In introductory Chapters 1 and 2, the process of approval is set in the context of the historic events of the unification of Italy by the taking of Rome and the dispossession of the pope, at the time of the of the First Vatican Council and of the Franco-Prussian war. Out of these painful experiences, Don Bosco "prophetically" decries the hubris of the perpetrators of such injustices (France and Italy) and envisions God’s terrible chastisements in prophecies and letters of 1870-1873.
The constitutions are discussed from a double point of view: first, under the aspect of the historical process of approval and of the principles that brought Don Bosco in confrontation with his Archbishops and the Roman authorities (Chs. 3-6); secondly, under the aspect of the novel religious outlook, profound insights and spirituality that Don Bosco sought to embody in the constitutions (Chs. 7-10). To highlight this second aspect, selected articles from selected chapters are chosen for discussion.

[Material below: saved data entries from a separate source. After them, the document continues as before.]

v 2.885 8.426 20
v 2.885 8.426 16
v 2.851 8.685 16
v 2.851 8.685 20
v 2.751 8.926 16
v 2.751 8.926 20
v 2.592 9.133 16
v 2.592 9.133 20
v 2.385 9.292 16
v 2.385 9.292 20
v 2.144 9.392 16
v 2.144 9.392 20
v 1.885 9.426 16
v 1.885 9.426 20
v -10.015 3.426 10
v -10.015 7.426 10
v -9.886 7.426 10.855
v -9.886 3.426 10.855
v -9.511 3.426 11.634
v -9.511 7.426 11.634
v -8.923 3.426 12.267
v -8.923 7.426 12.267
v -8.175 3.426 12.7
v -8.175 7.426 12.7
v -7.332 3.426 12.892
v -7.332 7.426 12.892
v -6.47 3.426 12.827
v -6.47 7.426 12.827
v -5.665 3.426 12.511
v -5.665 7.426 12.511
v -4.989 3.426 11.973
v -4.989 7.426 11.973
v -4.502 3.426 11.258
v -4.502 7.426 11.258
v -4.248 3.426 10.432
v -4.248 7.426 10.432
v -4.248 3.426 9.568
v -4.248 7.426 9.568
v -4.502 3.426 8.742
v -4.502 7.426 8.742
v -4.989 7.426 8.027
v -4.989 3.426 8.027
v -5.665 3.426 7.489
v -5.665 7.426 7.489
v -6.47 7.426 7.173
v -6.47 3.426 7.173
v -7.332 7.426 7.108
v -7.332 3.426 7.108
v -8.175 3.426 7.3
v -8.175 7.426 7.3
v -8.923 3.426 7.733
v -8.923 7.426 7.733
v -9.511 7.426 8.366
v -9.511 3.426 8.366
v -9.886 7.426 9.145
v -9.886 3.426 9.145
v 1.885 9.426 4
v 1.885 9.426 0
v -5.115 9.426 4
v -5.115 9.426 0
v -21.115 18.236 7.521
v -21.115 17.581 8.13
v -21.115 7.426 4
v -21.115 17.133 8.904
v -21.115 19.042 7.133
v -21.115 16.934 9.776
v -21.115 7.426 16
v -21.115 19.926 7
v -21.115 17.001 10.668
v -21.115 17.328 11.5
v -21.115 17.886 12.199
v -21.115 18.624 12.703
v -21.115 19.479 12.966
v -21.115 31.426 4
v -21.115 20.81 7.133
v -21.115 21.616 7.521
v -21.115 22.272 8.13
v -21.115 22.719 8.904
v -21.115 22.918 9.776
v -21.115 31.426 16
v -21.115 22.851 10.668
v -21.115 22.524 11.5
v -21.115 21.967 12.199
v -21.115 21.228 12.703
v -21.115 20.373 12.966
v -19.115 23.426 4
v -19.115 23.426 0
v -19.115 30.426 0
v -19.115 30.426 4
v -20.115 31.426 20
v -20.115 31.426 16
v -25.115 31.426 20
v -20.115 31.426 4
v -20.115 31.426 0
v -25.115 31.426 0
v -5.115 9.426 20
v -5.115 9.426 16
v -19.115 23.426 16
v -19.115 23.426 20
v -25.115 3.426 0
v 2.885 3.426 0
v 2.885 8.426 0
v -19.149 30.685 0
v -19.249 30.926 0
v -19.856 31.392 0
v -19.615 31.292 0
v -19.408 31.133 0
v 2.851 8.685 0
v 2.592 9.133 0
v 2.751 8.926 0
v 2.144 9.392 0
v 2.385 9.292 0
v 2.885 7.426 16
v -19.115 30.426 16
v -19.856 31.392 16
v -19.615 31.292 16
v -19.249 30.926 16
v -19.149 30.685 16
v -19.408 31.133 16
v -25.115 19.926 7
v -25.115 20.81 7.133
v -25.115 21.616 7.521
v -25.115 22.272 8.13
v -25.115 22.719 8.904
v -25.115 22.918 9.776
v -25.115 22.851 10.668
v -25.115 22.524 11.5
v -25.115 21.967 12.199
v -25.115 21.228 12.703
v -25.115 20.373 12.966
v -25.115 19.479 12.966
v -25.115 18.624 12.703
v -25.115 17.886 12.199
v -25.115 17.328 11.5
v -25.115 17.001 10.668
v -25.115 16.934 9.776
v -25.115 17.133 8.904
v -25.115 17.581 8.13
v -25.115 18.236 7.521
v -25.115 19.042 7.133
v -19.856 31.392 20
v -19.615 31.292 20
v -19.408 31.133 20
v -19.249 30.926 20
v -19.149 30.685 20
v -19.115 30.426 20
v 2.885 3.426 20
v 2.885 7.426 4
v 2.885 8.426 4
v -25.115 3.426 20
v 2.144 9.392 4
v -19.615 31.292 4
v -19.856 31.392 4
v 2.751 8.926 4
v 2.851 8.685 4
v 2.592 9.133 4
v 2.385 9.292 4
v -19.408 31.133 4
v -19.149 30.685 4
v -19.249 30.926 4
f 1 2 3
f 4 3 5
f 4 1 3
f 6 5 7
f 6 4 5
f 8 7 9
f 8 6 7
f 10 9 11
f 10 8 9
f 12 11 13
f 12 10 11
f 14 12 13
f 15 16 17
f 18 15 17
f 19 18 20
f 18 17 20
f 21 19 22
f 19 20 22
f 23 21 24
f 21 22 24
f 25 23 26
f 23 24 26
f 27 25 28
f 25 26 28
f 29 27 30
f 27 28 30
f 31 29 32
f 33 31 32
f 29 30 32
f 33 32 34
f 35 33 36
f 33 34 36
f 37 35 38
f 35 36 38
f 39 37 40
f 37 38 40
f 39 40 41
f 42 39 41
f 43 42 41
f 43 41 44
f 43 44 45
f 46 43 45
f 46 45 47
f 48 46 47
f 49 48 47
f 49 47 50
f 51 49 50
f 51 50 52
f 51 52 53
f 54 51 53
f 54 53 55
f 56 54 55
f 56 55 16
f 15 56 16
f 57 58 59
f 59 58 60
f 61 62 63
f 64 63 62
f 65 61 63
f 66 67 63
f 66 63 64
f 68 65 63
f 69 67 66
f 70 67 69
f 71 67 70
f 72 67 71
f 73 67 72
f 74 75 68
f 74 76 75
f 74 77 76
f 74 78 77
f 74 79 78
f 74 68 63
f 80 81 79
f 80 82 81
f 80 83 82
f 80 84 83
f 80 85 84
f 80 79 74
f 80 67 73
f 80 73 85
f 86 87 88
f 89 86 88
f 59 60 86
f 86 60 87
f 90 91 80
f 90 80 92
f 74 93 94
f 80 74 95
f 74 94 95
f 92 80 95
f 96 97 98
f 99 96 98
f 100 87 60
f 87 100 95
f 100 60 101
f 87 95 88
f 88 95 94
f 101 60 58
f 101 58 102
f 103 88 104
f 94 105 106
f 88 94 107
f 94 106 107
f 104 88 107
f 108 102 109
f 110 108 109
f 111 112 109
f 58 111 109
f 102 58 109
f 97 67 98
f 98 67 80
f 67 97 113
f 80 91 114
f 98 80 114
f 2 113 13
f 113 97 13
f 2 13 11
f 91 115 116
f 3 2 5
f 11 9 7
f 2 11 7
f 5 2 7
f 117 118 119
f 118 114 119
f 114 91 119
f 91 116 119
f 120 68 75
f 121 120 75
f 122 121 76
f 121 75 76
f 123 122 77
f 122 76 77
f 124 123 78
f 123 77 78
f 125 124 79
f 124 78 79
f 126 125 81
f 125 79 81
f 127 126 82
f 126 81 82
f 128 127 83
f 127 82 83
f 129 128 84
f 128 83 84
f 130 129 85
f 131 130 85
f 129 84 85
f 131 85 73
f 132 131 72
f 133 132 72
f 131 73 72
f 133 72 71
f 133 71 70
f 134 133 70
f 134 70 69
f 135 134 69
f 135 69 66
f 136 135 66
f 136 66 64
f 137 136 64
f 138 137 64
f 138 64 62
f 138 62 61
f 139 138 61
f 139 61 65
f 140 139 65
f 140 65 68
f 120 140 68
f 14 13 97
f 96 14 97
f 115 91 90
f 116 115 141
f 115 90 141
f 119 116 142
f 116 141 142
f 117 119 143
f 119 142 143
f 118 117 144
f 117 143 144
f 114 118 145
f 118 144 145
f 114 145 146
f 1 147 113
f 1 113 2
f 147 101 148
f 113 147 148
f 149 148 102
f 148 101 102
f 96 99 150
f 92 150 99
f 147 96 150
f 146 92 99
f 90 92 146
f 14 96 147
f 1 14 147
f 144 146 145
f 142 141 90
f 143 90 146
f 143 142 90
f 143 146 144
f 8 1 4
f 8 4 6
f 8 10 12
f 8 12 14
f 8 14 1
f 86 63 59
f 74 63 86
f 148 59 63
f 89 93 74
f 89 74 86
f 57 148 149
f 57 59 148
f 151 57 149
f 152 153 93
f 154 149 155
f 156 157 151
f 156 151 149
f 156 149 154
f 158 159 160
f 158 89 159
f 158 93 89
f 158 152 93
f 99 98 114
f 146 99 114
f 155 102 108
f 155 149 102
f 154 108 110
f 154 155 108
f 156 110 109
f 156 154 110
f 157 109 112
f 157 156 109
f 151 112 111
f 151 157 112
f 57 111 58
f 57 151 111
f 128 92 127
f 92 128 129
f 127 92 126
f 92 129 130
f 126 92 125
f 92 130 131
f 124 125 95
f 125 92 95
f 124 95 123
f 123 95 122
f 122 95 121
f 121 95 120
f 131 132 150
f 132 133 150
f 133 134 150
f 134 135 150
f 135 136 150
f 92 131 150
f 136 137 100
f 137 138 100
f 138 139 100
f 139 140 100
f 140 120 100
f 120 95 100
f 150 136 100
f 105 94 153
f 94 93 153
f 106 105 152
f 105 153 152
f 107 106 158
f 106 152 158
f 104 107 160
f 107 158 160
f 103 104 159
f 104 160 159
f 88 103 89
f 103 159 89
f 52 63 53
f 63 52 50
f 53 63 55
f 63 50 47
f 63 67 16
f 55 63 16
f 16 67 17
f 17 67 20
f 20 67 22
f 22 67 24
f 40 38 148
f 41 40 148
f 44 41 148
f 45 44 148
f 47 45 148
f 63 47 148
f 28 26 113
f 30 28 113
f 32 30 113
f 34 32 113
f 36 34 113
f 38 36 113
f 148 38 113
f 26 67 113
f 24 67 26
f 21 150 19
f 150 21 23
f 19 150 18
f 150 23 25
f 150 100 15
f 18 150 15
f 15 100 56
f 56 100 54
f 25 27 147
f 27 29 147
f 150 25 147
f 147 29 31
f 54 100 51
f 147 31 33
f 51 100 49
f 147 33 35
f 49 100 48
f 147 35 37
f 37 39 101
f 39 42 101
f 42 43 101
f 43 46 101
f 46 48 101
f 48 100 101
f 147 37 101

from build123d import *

# Parameters (mm, degrees)
BOSS_EXTRUDE1_DEPTH = 20
SKETCH2_W           = 36.386493836
SKETCH2_H           = 30.590666468
CUT_EXTRUDE1_DEPTH  = 6
SKETCH4_R           = 3
CUT_EXTRUDE2_DEPTH  = 12
SKETCH5_R           = 2.9
CUT_EXTRUDE3_DEPTH  = 12
FILLET1_R           = 1


with BuildPart() as part:
    # Sketch1 → Boss-Extrude1 (new body)
    with BuildSketch(Plane.XY):
        Polygon((-25.115207597, 31.4260495), (-25.115207597, 3.4260495), (2.884792403, 3.4260495), (2.884792403, 9.4260495), (-5.115207597, 9.4260495), (-19.115207597, 23.4260495), (-19.115207597, 31.4260495), align=None)
    extrude(amount=BOSS_EXTRUDE1_DEPTH)

    # Sketch2 → Cut-Extrude1 (cut, symmetric)
    with BuildSketch(Plane.XY.offset(10)):
        with Locations((-2.921960679, 22.721382734)):
            Rectangle(SKETCH2_W, SKETCH2_H)
    extrude(amount=CUT_EXTRUDE1_DEPTH, both=True, mode=Mode.SUBTRACT)

    # Sketch4 → Cut-Extrude2 (cut)
    with BuildSketch(Plane(origin=(-21.115207597, 0, 0), x_dir=(0, 0, -1), z_dir=(1, 0, 0))):
        with Locations((-10, 19.9260495)):
            Circle(SKETCH4_R)
    extrude(amount=-CUT_EXTRUDE2_DEPTH, mode=Mode.SUBTRACT)

    # Sketch5 → Cut-Extrude3 (cut)
    with BuildSketch(Plane(origin=(0, 7.4260495, 0), x_dir=(1, 0, 0), z_dir=(0, 1, 0))):
        with Locations(Location((-7.115207597, -10, 0), (0, 0, 180))):
            Circle(SKETCH5_R)
    extrude(amount=-CUT_EXTRUDE3_DEPTH, mode=Mode.SUBTRACT)

    # Fillet1
    fillet1_edges = [part.edges().sort_by_distance(p)[0] for p in [
        (-19.115207597, 31.4260495, 18),
        (2.884792403, 9.4260495, 18),
        (-19.115207597, 31.4260495, 2),
        (2.884792403, 9.4260495, 2),
    ]]
    fillet(fillet1_edges, radius=FILLET1_R)


solid = part.part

The series Don Bosco, History and Spirit consists of seven volumes. The first three volumes survey the life and times of John Melchior Bosco ("Don Bosco," 1815-1888) up to 1864, with particular attention to nineteenth-century political, social and religious history. This survey looks at Don Bosco’s own education, at his spiritual and theological formation. It examines the growth of the work, and the founding and initial development of the Society of St. Francis de Sales, in the context of the liberal revolution and the unification of Italy (1848-1861).

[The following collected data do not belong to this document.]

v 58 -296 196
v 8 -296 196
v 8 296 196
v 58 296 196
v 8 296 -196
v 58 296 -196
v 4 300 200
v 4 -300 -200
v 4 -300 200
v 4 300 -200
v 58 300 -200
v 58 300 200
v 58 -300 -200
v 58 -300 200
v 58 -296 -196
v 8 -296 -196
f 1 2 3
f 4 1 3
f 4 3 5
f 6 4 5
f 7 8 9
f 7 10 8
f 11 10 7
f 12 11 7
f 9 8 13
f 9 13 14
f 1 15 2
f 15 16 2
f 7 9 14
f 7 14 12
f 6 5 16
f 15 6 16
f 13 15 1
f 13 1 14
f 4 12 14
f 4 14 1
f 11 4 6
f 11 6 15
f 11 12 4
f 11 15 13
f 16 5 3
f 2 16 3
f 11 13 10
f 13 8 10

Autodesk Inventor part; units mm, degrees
ref_plane "YZ Plane" through (0, 0, 0) normal (1, 0, 0) x (0, 1, 0)
ref_plane "XZ Plane" through (0, 0, 0) normal (0, 1, 0) x (-1, 0, 0)
ref_plane "XY Plane" through (0, 0, 0) normal (0, 0, 1) x (1, 0, 0)
ref_plane "РабПлоскость1" through (8, 0, 0) normal (1, 0, 0) x (0, 0, -1)
sketch "Эскиз2" plane through (8, 0, 0) normal (1, 0, 0) x (0, 0, -1)
  line L0 (200, 300) -> (-200, 300) projected
  line L1 (200, -300) -> (200, 300) projected
  line L2 (-200, 300) -> (200, 300)
  line L3 (200, 300) -> (200, -300)
  line L4 (200, -300) -> (-200, -300)
  line L5 (-200, -300) -> (-200, 300)
  line L6 (-196, 296) -> (196, 296)
  line L7 (196, 296) -> (196, -296)
  line L8 (196, -296) -> (-196, -296)
  line L9 (-196, -296) -> (-196, 296)
  point P0 (0, 0)
  dimension "d4" = 4
  dimension "d5" = 4
  dimension "d6" = 4
  dimension "d7" = 4
extrude "Выдавливание2" add sketch "Эскиз2" along normal blind 50
sketch "Эскиз3" plane through (8, 0, 0) normal (-1, 0, 0) x (0, 0, 1)
  line L0 (-200, -300) -> (-200, 300) projected
  line L1 (200, 300) -> (200, -300) projected
  line L2 (-200, 300) -> (200, 300)
  line L3 (200, 300) -> (200, -300)
  line L4 (200, -300) -> (-200, -300)
  line L5 (-200, -300) -> (-200, 300)
  point P0 (0, 0)
extrude "Выдавливание3" add sketch "Эскиз3" along normal blind 4
equation "\"d5\" = d4"
equation "\"d6\" = d4"
equation "\"d7\" = d4"
properties part number "Задняя стенка"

This and the next three volumes describe Don Bosco’s life and work in the period following the unification of Italy. In this setting Don Bosco, History and Spirit discusses the institutional developments and organization of the Salesian Society. It describes Don Bosco’s further ministerial choices, and surveys the expansion of the Salesian work. At the same time it examines the development of permanent structures to guarantee the continuance of the Salesian work, and discusses some of the founder’s insights and ideas, especially as they emerge from the reflective writings of his maturity.